▶ **Problem description**
Only certain lines below are wanted: those starting at the line containing "v8 CIRCLE(AX(P(-5.086789,3.324184,5),D(1,0,0),D(0,1,0)),5) rev" and ending at the line containing "A parametric FreeCAD", both included, each retyped exactly.

--- Data supplied Enclosed Below ---

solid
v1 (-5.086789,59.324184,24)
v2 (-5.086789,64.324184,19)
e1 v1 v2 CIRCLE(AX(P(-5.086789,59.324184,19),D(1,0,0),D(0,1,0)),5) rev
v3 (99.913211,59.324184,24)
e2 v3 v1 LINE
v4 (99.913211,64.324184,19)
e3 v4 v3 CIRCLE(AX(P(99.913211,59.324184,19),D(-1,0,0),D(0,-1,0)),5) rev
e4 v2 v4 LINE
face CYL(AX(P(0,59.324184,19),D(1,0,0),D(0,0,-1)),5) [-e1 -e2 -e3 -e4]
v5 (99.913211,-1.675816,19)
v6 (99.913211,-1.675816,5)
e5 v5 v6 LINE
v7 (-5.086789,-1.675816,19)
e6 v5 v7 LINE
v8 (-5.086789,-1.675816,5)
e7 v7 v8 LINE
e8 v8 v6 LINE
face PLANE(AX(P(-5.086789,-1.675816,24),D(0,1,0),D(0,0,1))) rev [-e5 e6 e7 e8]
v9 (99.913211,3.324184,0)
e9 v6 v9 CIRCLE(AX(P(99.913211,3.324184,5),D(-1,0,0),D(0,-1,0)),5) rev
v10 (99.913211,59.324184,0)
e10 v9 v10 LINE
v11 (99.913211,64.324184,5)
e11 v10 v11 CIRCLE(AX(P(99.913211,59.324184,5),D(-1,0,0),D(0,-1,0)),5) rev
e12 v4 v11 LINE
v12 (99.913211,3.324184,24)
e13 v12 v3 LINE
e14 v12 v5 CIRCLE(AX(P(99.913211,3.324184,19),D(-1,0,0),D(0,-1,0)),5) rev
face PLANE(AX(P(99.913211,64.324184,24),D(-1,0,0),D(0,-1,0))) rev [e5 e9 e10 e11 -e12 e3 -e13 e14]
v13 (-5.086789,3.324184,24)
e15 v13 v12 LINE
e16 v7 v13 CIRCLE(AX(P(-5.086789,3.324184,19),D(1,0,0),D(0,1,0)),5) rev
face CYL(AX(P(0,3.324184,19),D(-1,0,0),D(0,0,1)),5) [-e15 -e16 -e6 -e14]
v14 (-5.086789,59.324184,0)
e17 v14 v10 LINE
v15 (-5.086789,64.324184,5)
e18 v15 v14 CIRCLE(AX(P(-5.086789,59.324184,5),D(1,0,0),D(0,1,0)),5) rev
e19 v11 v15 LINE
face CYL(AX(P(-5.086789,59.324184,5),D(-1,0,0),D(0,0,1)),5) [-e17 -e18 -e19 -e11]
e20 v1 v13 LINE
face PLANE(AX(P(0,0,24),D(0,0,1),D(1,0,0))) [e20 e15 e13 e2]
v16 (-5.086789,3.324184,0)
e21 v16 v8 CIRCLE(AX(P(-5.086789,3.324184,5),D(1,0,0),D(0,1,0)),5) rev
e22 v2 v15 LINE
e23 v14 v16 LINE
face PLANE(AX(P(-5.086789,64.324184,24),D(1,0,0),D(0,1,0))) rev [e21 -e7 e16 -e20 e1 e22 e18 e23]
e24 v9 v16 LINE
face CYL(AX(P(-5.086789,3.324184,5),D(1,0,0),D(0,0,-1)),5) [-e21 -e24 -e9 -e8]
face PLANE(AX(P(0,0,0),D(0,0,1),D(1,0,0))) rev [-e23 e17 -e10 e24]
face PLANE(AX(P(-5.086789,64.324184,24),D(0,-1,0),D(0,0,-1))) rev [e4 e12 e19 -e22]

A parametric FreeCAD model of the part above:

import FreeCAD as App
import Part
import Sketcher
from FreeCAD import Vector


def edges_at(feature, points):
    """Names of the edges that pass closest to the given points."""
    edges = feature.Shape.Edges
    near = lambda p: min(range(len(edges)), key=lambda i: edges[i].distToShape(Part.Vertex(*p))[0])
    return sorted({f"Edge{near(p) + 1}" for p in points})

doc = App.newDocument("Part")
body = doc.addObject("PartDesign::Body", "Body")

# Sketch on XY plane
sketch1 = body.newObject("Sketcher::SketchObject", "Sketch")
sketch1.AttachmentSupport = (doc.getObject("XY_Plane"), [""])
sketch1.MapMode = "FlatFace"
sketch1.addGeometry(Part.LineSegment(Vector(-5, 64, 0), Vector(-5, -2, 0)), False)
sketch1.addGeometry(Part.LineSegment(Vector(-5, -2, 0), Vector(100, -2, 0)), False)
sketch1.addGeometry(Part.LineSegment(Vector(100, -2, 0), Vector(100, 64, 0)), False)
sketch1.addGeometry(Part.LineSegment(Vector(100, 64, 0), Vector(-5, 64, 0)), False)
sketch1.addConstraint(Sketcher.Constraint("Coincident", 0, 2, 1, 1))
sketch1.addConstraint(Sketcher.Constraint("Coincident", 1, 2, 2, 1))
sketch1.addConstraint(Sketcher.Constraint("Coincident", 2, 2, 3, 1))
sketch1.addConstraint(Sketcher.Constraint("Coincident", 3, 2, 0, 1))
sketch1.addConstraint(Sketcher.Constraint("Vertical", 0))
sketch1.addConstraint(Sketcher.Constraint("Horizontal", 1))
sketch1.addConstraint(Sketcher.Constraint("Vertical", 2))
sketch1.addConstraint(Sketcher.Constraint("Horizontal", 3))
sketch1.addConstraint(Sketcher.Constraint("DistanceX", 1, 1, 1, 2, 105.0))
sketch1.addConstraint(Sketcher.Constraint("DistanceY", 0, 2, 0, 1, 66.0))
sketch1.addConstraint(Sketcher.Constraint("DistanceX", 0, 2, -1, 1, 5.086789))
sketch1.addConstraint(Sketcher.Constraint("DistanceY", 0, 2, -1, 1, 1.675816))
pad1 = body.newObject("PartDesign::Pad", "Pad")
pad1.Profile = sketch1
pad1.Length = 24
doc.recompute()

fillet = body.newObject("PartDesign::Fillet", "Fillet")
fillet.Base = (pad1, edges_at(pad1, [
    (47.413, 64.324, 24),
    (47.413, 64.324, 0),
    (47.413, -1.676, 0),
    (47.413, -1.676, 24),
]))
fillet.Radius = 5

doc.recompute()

--- End of Enclosed Data supplied ---

▶ **Solved exercise**
e21 v16 v8 CIRCLE(AX(P(-5.086789,3.324184,5),D(1,0,0),D(0,1,0)),5) rev
e22 v2 v15 LINE
e23 v14 v16 LINE
face PLANE(AX(P(-5.086789,64.324184,24),D(1,0,0),D(0,1,0))) rev [e21 -e7 e16 -e20 e1 e22 e18 e23]
e24 v9 v16 LINE
face CYL(AX(P(-5.086789,3.324184,5),D(1,0,0),D(0,0,-1)),5) [-e21 -e24 -e9 -e8]
face PLANE(AX(P(0,0,0),D(0,0,1),D(1,0,0))) rev [-e23 e17 -e10 e24]
face PLANE(AX(P(-5.086789,64.324184,24),D(0,-1,0),D(0,0,-1))) rev [e4 e12 e19 -e22]

A parametric FreeCAD model of the part above:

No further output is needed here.